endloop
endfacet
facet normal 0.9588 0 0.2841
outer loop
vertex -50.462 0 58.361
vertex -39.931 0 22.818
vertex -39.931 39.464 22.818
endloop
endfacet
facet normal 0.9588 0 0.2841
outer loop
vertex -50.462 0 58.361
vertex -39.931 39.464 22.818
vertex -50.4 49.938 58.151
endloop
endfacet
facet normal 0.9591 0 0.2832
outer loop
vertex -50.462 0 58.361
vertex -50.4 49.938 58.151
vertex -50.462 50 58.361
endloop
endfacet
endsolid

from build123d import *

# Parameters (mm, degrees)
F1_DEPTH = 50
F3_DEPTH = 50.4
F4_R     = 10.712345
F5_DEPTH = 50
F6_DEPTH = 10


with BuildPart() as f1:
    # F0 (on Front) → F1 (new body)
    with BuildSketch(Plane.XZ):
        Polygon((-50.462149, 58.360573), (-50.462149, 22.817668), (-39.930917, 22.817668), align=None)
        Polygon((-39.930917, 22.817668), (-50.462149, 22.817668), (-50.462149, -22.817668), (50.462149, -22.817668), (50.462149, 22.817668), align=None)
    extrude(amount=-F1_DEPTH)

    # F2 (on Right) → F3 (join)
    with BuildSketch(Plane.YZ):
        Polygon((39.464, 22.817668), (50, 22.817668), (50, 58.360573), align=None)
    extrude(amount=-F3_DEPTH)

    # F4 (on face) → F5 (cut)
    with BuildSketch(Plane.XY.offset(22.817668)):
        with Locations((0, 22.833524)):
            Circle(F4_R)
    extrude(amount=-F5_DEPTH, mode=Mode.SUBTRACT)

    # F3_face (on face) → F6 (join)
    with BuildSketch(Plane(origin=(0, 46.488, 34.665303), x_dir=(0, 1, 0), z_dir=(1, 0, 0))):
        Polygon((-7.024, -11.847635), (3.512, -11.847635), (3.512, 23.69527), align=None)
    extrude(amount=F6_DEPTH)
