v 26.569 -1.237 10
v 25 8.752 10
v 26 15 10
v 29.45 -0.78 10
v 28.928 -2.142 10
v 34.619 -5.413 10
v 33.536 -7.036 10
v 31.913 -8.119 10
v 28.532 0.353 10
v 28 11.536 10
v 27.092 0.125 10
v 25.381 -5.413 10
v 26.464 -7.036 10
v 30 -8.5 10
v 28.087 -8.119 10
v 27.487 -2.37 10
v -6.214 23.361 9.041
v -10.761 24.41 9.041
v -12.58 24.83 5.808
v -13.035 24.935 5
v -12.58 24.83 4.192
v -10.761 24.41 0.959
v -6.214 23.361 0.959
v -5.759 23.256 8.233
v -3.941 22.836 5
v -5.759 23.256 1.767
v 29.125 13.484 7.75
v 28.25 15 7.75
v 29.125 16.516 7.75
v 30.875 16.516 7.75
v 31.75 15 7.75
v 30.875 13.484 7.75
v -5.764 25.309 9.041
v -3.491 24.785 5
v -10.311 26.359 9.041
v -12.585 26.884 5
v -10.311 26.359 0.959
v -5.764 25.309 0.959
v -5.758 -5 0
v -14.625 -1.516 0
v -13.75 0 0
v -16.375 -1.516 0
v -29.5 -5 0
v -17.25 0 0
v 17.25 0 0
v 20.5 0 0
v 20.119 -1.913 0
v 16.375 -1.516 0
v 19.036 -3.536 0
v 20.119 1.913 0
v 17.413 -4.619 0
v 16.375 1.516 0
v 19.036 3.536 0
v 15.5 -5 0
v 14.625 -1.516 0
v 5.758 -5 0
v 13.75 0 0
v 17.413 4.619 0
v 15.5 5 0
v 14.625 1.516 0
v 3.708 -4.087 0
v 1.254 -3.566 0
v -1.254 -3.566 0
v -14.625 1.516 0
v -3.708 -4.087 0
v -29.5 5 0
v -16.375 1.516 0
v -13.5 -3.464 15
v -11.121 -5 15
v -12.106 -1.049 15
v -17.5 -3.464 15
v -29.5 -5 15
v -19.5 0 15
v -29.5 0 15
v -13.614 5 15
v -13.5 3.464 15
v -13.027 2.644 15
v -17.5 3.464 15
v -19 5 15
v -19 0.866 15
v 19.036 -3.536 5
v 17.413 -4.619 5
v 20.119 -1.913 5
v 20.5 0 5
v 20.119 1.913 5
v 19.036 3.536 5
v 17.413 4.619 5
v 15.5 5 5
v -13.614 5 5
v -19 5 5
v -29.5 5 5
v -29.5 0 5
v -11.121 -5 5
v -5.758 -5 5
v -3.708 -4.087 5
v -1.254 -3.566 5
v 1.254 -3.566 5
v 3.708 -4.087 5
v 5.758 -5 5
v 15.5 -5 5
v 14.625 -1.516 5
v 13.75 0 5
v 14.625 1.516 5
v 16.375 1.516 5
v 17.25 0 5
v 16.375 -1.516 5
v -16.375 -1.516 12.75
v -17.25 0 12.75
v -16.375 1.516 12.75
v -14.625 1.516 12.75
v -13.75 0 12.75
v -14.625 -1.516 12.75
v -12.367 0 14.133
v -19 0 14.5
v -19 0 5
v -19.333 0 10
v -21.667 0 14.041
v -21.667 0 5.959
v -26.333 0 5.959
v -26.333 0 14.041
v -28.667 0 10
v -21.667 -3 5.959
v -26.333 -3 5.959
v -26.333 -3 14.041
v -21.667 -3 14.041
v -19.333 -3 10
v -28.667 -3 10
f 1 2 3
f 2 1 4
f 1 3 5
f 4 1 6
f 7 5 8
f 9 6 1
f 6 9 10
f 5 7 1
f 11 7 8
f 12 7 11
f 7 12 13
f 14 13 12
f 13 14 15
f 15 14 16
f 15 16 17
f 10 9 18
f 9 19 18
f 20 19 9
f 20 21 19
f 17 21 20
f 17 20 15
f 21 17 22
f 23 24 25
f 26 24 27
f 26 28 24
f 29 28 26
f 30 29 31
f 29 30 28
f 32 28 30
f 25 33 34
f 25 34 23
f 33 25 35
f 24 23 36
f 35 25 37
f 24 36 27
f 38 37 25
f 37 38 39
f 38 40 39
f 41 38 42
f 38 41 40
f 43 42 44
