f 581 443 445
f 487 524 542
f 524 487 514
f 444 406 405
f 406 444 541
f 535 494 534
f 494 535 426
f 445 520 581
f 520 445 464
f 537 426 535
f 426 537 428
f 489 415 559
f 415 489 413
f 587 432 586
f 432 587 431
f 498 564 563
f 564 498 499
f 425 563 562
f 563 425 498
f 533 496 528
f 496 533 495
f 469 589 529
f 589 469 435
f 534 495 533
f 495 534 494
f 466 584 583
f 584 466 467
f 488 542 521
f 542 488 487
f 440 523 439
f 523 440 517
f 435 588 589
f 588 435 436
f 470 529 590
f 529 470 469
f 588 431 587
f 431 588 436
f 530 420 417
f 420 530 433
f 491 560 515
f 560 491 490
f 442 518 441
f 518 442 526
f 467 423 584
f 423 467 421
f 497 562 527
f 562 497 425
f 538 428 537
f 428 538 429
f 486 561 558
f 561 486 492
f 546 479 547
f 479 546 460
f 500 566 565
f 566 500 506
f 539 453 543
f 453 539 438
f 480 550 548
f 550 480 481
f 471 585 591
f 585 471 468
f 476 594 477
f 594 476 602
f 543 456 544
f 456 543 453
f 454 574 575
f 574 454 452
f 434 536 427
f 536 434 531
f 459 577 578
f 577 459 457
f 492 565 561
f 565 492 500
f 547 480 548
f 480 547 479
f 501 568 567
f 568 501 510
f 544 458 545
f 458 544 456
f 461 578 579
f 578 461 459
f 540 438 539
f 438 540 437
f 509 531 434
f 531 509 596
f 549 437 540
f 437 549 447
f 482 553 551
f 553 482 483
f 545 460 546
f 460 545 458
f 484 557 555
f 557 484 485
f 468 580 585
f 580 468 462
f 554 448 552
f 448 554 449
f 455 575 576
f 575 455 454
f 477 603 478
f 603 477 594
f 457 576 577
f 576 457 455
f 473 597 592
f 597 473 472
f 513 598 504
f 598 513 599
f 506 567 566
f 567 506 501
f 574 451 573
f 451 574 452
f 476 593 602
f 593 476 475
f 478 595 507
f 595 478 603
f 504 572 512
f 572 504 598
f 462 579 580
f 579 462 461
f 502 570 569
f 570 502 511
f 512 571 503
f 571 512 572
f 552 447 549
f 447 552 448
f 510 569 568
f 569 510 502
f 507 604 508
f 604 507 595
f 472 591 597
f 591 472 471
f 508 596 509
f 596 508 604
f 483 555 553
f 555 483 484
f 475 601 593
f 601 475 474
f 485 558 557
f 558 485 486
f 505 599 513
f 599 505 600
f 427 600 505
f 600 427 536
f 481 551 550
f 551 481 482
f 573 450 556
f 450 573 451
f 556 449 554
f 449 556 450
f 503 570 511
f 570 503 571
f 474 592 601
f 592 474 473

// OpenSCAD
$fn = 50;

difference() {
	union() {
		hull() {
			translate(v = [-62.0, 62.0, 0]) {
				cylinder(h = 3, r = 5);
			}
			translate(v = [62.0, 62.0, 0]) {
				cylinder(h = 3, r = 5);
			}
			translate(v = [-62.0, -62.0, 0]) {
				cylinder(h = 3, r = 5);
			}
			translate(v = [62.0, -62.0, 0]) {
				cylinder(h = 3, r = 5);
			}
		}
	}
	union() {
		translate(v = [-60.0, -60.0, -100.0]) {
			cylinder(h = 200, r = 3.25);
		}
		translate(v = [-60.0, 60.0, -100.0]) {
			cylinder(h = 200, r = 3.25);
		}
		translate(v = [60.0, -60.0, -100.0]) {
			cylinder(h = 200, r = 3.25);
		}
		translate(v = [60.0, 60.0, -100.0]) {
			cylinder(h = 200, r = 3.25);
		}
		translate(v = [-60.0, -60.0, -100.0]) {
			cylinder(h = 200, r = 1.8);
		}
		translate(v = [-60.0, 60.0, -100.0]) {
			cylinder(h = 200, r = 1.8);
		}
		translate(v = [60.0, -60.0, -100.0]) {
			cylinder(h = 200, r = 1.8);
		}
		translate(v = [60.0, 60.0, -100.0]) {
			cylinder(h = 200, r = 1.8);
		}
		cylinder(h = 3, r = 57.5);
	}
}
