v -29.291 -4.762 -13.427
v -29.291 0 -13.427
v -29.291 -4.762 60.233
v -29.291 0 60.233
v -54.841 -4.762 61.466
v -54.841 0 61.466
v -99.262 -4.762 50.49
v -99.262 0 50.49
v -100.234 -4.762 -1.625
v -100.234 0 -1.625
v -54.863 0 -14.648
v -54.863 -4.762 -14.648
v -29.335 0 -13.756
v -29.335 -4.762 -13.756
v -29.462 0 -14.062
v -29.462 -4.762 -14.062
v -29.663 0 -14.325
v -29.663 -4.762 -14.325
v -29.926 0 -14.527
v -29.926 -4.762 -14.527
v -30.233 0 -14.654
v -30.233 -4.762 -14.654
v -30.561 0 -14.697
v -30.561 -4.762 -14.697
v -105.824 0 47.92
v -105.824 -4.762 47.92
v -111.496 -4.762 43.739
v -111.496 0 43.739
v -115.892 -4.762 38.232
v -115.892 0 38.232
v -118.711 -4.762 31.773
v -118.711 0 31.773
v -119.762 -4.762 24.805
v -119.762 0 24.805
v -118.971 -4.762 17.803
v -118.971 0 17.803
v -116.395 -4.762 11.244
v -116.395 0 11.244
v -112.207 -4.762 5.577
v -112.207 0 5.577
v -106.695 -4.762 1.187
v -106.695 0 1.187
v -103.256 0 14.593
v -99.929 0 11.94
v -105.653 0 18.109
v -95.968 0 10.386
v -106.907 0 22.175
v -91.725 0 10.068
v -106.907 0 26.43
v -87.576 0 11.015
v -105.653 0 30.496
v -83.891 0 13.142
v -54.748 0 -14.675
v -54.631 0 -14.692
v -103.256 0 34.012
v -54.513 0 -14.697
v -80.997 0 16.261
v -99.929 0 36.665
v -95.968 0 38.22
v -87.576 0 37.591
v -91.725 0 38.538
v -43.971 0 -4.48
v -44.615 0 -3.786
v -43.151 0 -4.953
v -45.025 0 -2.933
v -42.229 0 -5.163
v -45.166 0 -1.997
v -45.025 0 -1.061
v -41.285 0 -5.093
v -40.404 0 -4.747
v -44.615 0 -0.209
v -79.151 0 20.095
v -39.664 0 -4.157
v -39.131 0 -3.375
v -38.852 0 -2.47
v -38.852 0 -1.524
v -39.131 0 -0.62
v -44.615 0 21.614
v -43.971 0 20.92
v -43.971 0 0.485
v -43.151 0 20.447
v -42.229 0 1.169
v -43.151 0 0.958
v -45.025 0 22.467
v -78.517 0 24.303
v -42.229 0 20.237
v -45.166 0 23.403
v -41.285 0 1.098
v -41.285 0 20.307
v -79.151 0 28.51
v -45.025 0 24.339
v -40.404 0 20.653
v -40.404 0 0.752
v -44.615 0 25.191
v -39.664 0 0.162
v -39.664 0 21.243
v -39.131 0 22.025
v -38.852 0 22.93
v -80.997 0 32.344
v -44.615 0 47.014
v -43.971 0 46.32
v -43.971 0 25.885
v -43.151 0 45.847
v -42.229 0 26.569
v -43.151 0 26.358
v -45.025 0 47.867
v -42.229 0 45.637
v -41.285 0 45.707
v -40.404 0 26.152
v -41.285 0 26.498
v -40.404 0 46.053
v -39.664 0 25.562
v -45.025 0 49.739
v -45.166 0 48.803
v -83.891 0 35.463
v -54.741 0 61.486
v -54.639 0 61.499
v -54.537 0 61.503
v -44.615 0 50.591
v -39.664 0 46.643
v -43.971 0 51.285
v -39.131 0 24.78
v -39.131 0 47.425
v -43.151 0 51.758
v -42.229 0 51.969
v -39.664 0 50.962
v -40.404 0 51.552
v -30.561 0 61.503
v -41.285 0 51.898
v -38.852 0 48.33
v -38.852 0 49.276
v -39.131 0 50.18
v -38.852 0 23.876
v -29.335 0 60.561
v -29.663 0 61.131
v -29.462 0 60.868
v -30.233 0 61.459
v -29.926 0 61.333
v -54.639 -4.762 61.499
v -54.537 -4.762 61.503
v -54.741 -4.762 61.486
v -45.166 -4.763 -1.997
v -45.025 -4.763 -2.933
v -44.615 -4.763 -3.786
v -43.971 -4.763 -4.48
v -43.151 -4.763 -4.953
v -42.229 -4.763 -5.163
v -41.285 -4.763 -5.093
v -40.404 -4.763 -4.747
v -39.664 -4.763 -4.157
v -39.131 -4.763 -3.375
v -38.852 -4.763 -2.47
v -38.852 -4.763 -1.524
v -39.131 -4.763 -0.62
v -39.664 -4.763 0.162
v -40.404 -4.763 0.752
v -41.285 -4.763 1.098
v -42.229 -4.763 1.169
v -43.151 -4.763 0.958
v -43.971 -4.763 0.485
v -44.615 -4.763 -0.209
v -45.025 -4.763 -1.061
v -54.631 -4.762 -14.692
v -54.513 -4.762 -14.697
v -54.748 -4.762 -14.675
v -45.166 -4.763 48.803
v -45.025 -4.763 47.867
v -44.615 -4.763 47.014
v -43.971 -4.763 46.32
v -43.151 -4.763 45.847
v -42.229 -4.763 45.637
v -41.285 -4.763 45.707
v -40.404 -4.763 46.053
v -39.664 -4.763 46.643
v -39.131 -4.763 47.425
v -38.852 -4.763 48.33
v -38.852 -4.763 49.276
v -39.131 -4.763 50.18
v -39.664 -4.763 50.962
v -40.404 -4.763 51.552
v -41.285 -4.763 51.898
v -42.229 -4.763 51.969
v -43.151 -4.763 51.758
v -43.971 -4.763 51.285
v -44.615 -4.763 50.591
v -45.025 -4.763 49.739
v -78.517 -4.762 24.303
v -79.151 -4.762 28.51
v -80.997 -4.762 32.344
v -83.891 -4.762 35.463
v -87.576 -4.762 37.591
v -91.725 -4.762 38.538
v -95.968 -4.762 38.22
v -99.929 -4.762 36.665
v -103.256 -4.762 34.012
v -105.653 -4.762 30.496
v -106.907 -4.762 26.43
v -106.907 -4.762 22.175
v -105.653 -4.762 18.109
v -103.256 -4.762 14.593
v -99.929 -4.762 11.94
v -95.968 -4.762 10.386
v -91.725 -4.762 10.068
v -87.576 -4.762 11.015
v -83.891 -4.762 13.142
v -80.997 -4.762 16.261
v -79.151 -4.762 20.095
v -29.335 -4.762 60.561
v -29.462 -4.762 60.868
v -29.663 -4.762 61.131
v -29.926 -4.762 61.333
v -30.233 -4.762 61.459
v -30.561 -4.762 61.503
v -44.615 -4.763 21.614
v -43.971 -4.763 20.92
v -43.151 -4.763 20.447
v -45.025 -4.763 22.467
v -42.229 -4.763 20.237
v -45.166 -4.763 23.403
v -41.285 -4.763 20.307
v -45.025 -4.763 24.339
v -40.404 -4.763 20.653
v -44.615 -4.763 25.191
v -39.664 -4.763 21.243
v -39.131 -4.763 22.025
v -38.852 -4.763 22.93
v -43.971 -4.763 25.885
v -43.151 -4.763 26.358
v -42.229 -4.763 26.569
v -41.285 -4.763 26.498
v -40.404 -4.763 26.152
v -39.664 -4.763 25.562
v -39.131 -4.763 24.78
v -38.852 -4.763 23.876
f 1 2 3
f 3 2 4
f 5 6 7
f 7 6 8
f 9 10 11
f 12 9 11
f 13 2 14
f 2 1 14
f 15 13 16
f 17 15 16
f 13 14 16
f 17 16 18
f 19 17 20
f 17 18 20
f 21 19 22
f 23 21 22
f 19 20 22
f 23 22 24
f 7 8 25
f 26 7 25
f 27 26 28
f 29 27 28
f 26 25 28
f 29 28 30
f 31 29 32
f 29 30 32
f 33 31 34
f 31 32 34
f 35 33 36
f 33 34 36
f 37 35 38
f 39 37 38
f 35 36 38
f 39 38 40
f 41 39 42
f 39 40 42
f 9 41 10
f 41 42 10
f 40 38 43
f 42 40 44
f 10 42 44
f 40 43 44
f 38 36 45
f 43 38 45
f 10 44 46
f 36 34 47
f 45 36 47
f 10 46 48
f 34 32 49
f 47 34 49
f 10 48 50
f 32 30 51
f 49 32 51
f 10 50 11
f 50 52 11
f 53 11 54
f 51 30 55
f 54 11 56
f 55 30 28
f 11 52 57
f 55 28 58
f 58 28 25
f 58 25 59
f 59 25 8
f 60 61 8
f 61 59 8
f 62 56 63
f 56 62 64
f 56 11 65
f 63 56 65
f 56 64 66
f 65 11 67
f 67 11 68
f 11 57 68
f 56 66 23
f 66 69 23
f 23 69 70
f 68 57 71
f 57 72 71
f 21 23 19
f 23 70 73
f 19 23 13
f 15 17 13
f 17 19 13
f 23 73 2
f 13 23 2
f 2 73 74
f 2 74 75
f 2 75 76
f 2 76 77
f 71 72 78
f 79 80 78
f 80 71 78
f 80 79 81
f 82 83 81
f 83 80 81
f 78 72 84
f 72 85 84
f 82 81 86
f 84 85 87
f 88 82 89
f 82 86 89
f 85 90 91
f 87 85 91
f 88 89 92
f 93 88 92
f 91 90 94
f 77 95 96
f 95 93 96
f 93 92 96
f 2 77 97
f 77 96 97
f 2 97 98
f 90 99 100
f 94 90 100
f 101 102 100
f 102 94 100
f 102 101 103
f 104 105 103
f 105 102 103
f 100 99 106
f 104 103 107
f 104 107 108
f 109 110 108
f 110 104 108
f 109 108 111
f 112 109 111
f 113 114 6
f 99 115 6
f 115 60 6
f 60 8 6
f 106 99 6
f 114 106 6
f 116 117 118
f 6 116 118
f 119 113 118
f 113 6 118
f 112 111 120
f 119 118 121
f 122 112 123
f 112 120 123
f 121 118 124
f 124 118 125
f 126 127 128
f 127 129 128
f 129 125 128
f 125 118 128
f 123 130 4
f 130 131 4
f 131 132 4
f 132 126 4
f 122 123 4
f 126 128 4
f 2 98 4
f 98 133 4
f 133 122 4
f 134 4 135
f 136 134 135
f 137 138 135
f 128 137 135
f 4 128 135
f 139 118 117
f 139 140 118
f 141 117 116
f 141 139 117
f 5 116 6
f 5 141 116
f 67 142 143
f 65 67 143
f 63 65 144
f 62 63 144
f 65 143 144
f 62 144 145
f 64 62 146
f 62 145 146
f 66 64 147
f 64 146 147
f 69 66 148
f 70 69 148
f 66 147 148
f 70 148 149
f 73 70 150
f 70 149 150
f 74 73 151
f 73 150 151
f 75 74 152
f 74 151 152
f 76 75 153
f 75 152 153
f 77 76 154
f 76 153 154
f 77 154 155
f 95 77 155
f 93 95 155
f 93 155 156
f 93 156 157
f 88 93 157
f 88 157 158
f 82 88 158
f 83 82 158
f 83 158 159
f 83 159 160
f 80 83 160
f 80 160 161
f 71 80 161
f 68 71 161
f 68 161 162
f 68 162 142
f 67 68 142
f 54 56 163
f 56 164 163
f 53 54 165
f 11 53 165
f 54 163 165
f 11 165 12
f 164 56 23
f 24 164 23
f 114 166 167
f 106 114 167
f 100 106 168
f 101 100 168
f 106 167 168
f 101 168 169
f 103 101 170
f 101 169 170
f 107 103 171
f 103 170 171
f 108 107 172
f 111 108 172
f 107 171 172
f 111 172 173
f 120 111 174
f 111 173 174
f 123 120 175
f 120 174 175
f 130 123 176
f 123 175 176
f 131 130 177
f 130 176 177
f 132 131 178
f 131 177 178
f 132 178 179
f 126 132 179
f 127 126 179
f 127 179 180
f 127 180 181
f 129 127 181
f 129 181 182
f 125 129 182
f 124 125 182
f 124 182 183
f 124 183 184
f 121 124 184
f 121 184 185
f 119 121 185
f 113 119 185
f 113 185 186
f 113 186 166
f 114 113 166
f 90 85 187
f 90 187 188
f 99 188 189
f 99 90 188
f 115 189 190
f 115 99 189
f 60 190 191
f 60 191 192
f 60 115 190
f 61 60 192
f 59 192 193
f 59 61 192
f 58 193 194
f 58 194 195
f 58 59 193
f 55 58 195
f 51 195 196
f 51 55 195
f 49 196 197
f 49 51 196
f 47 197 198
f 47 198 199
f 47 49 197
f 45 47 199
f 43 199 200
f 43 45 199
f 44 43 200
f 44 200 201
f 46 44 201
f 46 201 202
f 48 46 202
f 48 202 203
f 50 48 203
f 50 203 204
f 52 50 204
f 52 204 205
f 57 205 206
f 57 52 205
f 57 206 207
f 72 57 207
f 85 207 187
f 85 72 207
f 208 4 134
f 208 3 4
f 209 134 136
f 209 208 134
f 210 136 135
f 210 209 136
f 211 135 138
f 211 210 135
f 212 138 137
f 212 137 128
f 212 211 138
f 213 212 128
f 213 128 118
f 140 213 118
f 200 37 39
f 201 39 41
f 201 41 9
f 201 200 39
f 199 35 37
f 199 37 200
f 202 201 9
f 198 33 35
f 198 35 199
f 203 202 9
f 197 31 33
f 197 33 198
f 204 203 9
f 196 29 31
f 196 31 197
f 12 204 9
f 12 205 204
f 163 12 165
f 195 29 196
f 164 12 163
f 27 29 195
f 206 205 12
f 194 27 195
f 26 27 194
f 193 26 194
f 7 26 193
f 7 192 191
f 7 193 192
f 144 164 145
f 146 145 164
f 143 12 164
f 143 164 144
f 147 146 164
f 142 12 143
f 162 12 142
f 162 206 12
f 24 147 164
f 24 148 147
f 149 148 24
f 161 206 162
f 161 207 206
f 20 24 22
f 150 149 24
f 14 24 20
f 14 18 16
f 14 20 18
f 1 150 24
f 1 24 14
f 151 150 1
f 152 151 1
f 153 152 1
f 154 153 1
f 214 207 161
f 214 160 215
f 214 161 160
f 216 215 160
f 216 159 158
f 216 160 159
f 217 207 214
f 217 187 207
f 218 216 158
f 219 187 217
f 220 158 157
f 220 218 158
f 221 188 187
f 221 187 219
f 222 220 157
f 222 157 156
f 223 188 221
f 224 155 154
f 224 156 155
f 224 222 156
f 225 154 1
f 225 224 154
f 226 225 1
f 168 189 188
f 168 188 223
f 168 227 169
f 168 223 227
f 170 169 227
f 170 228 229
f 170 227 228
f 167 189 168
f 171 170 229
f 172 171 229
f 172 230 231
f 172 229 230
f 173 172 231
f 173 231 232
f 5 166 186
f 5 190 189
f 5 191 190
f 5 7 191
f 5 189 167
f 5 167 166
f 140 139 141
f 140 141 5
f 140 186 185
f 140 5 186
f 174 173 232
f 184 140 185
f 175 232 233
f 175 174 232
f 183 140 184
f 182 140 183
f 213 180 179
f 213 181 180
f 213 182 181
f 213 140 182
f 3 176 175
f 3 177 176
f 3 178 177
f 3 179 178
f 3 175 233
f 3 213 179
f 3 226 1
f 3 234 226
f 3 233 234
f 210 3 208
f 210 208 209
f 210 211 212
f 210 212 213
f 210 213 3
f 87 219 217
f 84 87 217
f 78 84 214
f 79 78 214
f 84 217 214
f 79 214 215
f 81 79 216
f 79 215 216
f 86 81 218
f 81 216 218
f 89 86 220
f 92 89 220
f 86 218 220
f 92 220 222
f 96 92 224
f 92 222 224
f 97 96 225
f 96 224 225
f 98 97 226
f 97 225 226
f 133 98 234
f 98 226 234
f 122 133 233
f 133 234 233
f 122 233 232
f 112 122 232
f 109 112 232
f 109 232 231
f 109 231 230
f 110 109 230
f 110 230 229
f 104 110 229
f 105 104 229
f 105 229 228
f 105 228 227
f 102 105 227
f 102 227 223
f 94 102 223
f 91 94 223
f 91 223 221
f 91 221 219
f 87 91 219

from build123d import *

# Parameters (mm, degrees)
F0_R     = 14.2748
F1_DEPTH = 4.7625
F2_D     = 6.35
F3_R     = 1.27


with BuildPart() as f1:
    # F0 (on Front) → F1 (new body)
    with BuildSketch(Plane.XZ):
        with BuildLine():
            Line((-29.2914260553, -14.6972390882), (-29.2914260553, 61.5027609118))
            Line((-29.2914260553, 61.5027609118), (-54.6914260553, 61.5027609118))
            Line((-54.6914260553, 61.5027609118), (-99.2620043736, 50.4898616483))
            ThreePointArc((-99.2620043736, 50.4898616483), (-119.7615401749, 24.805395053), (-100.2335245042, -1.6252575368))
            Line((-100.2335245042, -1.6252575368), (-54.6914260553, -14.6972390882))
            Line((-54.6914260553, -14.6972390882), (-29.2914260553, -14.6972390882))
        make_face()
        with Locations((-92.7914260553, 24.3026233199)):
            Circle(F0_R, mode=Mode.SUBTRACT)
    extrude(amount=F1_DEPTH)

    # F2 (through all)
    with Locations(Plane(origin=(0, 0, 0), x_dir=(1, 0, 0), z_dir=(0, 1, 0))):
        with Locations((-41.9914260553, -48.8027609118), (-41.9914260553, -23.4027609118), (-41.9914260553, 1.9972390882)):
            Hole(F2_D / 2)

    # F3
    f3_edges = [f1.edges().sort_by_distance(p)[0] for p in [
        (-29.291426, -2.38125, 61.502761),
        (-29.291426, -2.38125, -14.697239),
        (-54.691426, -2.38125, 61.502761),
        (-54.691426, -2.38125, -14.697239),
    ]]
    fillet(f3_edges, radius=F3_R)


solid = f1.part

#### [To do]
All that belongs in your answer is the stretch of entries above from the line with "f 107 171 172" through the line with "f 124 125 182", printed exactly.

#### [Expected output]
f 107 171 172
f 111 172 173
f 120 111 174
f 111 173 174
f 123 120 175
f 120 174 175
f 130 123 176
f 123 175 176
f 131 130 177
f 130 176 177
f 132 131 178
f 131 177 178
f 132 178 179
f 126 132 179
f 127 126 179
f 127 179 180
f 127 180 181
f 129 127 181
f 129 181 182
f 125 129 182
f 124 125 182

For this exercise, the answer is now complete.